Amazon workers walk out over cost of return to office
Amazon worker Eric Deshawn Lerma felt waves of anxiety when he sat down to tally the new costs in his work routine since Amazon’s return to the office this spring.
There’s parking. There’s fuel. There’s lunch. They add up to at least $200 extra a month, all to support a policy whose justification he can’t fully understand — after three years in which he and his teammates have been doing their jobs from home.
Still, when Lerma heard that some of his colleagues were organizing a walkout Wednesday to protest the return-to-office policy, which asks employees to come in at least three days a week, he initially wavered on whether to participate. After all, he realizes that thousands of Amazon workers have no flexibility to work from home. Their jobs require them to go into warehouses to do physically taxing labor each day.
“It really provided me with a sense of internal conflict about working from home being a luxury or a right,” said Lerma, 27, who is an executive assistant in Seattle and joined the company, where he feels he has grown personally and professionally, in 2022. “There are different rights and amenities afforded to my role.”
He said he would join virtually.
“While warehouse workers have much harsher working conditions than I do,” he said, “I should still be able to reserve the right to protect my autonomy as an employee.”
Thousands of corporate employees, across industries, who remain adamant that they do not want to return to the office are now confronting a tension: How do their demands compare with those of the millions of workers whose jobs have never permitted them the ease of remote work? And can a corporate employee’s
advocacy be of use to workers, including those trying to unionize, outside the corporate sphere?

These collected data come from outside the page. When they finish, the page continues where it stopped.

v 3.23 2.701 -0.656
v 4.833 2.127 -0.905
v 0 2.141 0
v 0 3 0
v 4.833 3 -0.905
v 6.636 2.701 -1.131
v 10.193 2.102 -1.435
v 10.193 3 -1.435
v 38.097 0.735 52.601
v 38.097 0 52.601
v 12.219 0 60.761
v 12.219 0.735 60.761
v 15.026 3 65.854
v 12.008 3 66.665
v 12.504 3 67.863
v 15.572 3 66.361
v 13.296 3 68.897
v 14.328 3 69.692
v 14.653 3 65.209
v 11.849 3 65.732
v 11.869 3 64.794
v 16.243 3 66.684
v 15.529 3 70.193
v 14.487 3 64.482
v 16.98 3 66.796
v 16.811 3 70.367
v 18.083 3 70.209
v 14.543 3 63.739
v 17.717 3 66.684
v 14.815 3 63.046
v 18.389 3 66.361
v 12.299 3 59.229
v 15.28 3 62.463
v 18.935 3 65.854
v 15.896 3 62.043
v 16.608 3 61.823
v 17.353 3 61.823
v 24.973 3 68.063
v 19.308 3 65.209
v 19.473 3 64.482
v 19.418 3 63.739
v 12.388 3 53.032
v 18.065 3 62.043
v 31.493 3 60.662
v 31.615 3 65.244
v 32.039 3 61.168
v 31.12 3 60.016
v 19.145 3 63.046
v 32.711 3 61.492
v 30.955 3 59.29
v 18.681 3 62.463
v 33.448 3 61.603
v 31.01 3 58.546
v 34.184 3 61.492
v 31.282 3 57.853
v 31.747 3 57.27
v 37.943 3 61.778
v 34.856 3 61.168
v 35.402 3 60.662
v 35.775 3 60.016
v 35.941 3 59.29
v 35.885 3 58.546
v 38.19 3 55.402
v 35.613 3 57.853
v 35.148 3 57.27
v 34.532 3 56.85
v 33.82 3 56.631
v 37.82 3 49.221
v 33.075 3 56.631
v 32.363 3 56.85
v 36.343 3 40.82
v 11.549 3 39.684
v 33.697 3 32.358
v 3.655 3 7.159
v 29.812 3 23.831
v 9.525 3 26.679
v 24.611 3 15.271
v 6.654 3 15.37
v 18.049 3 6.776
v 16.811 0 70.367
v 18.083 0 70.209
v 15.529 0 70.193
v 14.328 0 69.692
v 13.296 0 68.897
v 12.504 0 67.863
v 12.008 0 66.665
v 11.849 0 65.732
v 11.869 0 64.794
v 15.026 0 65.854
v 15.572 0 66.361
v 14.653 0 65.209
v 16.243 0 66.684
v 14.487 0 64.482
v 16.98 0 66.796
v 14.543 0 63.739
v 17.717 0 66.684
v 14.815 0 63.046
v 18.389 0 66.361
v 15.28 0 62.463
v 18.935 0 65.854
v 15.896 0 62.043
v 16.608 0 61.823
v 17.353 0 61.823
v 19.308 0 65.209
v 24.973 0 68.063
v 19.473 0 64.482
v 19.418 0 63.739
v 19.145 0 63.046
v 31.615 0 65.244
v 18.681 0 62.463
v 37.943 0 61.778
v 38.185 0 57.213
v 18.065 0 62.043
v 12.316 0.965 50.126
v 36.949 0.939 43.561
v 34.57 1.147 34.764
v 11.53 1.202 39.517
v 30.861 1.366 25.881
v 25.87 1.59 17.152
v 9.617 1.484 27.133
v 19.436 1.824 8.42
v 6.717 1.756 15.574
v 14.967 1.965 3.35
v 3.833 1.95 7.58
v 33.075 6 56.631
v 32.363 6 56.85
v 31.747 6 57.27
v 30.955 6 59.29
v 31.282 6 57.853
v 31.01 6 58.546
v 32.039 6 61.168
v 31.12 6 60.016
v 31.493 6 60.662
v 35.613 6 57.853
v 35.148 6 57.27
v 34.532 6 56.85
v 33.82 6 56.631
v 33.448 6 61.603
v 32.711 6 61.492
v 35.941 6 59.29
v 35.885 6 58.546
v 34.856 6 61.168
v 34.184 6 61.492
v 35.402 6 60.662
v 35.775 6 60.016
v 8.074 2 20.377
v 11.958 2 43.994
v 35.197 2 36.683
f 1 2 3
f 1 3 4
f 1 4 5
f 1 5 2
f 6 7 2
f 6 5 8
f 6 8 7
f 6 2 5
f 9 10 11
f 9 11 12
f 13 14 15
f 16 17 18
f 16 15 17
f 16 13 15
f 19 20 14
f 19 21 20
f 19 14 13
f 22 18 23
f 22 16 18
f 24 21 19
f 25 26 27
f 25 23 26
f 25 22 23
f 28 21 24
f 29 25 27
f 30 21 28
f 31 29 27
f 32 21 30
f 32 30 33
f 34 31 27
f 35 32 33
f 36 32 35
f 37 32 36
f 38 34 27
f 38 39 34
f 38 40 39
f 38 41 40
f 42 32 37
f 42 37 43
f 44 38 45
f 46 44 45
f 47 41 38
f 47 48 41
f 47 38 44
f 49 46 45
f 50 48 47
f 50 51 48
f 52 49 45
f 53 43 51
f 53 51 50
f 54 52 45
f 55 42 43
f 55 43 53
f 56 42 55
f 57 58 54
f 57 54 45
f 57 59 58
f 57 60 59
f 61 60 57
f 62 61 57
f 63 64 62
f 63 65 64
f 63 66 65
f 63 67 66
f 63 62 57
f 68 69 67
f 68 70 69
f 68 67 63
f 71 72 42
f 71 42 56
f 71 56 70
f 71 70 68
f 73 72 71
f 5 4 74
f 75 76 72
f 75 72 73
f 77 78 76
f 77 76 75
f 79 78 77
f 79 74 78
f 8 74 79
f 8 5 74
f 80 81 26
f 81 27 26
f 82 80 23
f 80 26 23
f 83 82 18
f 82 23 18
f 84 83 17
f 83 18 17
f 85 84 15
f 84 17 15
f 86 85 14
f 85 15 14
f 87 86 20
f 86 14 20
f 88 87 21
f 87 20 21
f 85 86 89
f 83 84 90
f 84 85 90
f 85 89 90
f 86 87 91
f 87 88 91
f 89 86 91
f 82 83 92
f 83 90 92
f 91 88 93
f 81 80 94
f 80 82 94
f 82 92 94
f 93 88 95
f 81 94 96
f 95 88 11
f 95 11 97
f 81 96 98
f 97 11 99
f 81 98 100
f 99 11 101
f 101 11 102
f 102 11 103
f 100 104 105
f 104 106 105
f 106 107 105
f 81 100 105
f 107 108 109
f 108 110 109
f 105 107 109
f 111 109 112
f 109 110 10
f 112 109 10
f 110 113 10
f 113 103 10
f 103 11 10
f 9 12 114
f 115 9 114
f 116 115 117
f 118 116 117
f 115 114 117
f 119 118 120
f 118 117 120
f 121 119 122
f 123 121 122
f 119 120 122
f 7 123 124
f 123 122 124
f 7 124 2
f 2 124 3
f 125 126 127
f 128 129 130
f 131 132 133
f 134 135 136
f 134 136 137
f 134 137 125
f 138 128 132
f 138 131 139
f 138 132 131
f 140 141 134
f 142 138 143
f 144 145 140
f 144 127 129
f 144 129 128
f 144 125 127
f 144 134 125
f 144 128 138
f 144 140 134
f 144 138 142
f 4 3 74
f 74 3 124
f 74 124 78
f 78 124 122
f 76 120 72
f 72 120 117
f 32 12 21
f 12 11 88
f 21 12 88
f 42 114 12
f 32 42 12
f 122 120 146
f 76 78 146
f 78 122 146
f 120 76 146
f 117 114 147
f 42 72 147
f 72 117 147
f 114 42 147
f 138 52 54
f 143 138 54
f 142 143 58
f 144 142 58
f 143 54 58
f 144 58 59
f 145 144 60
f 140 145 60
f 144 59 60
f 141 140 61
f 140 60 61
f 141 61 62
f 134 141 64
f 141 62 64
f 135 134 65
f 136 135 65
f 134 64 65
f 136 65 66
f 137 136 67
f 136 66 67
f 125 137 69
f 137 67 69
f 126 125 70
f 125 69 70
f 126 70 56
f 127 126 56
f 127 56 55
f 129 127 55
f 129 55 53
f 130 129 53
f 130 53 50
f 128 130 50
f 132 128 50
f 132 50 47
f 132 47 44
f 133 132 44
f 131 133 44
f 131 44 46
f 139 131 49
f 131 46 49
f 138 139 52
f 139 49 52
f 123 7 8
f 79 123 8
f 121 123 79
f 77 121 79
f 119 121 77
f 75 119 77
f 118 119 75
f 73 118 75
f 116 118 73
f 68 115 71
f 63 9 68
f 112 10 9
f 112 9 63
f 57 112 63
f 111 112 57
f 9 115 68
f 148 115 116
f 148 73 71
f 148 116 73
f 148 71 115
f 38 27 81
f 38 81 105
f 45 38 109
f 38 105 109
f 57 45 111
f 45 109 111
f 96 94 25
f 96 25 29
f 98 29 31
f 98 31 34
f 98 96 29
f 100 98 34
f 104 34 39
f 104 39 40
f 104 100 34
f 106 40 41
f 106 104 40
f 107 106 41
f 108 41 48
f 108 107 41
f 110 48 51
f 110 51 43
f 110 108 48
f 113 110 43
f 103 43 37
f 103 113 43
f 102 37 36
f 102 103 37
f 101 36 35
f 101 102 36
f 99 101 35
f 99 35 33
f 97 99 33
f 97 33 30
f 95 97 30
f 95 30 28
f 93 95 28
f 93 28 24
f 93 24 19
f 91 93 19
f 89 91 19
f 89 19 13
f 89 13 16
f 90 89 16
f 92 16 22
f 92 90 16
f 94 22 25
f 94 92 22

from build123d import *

# Parameters (mm, degrees)
EXTRUDE_2_DEPTH          = 3
SKETCH_6_R               = 2.5
CUT_EXTRUDE_3_DEPTH      = 3
FILLET_1_R               = 5
EXTRUDE_START            = 3
SKETCH_12_R              = 2.5
EXTRUDE_3_DEPTH          = 3
CUT_EXTRUDE_4_DEPTH      = 53.075400229
CUT_EXTRUDE_4_DEPTH_BACK = 53.075400229


with BuildPart() as part:
    # 草图5 → 凸台-拉伸2 (new body)
    with BuildSketch(Plane(origin=(0, 0, 0), x_dir=(1, 0, 0), z_dir=(0, 1, 0))):
        with BuildLine():
            ThreePointArc((10.559870576, -71.726836912), (50.703091685, -51.821293824), (71.479455105, -12.121777836))
            add(Edge.make_bspline(
                [(0, 0), (21.999765175, 5.26655471), (58.910704789, -3.551422078), (71.479455105, -12.121777836)],
                knots=[0, 0, 0, 0, 1, 1, 1, 1], degree=3))
            add(Edge.make_bspline(
                [(0, 0), (11.807092486, -19.295565119), (14.826805821, -57.124859445), (10.559870576, -71.726836912)],
                knots=[0, 0, 0, 0, 1, 1, 1, 1], degree=3))
        make_face()
    extrude(amount=EXTRUDE_2_DEPTH)

    # 草图6 → 切除-拉伸3 (cut)
    with BuildSketch(Plane(origin=(0, 0, 0), x_dir=(1, 0, 0), z_dir=(0, 1, 0))):
        with Locations(Location((16.980367579, -64.295545078, 0), (0, 0, 270))):
            Circle(SKETCH_6_R)
        with BuildLine():
            Line((10.193167245, 1.43451668), (79.733938156, 38.033041096))
            Line((79.733938156, 38.033041096), (67.619590309, -86.298423653))
            Line((67.619590309, -86.298423653), (37.943421347, -61.778206323))
            add(Edge.make_bspline(
                [(10.193167245, 1.43451668), (25.470457842, -12.985420951), (40.3134982, -34.977892419), (37.943421347, -61.778206323)],
                knots=[0, 0, 0, 0, 1, 1, 1, 1], degree=3))
        make_face()
    extrude(amount=CUT_EXTRUDE_3_DEPTH, mode=Mode.SUBTRACT)

    # 圆角1
    fillet_1_edges = [part.edges().sort_by_distance(p)[0] for p in [
        (10.559870576, 1.5, 71.726836912),
    ]]
    fillet(fillet_1_edges, radius=FILLET_1_R)

    # 草图12 → 凸台-拉伸3 (add)
    with BuildSketch(Plane(origin=(0, 0, 0), x_dir=(1, 0, 0), z_dir=(0, 1, 0)).offset(EXTRUDE_START)):
        with Locations(Location((33.447510377, -59.102789962, 0), (0, 0, 270))):
            Circle(SKETCH_12_R)
    extrude(amount=EXTRUDE_3_DEPTH)

    # 草图15 → 切除-拉伸4 (cut, two sides: drawn at the far end of the back side and taken through both)
    with BuildSketch(Plane(origin=(20.307849495, 0, 46.141092032), x_dir=(-0.3007418808113313, 0, -0.9537055736054305), z_dir=(0.9537055736054305, 0, -0.3007418808113313)).offset(-CUT_EXTRUDE_4_DEPTH_BACK)):
        Polygon((-11.510635463, 0.734616999), (50.112437496, 2.140825412), (51.673202283, 2.140825412), (51.673202283, -11.401301697), (-11.510635463, -3.981764366), align=None)
    extrude(amount=CUT_EXTRUDE_4_DEPTH + CUT_EXTRUDE_4_DEPTH_BACK, mode=Mode.SUBTRACT)


solid = part.part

This tension follows a pandemic that exacerbated the divide between white-collar workers who could do their jobs from the safety of their homes and workers who often could not and were exposed to higher COVID-19 risks.
Simultaneously, workers in both the corporate and
noncorporate realms have re-evaluated their working conditions, quit their jobs in waves and called for higher wages — all amid a tight labor market at one point called a “workers economy.”
The unemployment rate this spring has remained low, at 3.4%, with wages rising.
At Amazon, hundreds of corporate employees walked off the job Wednesday during lunchtime, in protest of the company’s return-tooffice
rule, among other issues including layoffs and the company’s impact on the climate.
Wearing a black pirate hat and red coat, Church Hindley, a quality assurance engineer, said working from home allowed him to live a better, healthier life.
“I’m not suited for in-office work,” Hindley said. “I deal with depression and anxiety, and I was able to get off my anxiety medication and start living my life.”
In a statement, Amazon said it supported the rights of workers to express their opinions.
The company has more than 350,000 corporate and tech employees globally. Some employees, particularly working parents, pin some of their frustration to the financial toll of returning to the office, especially the cost and pressures of child care.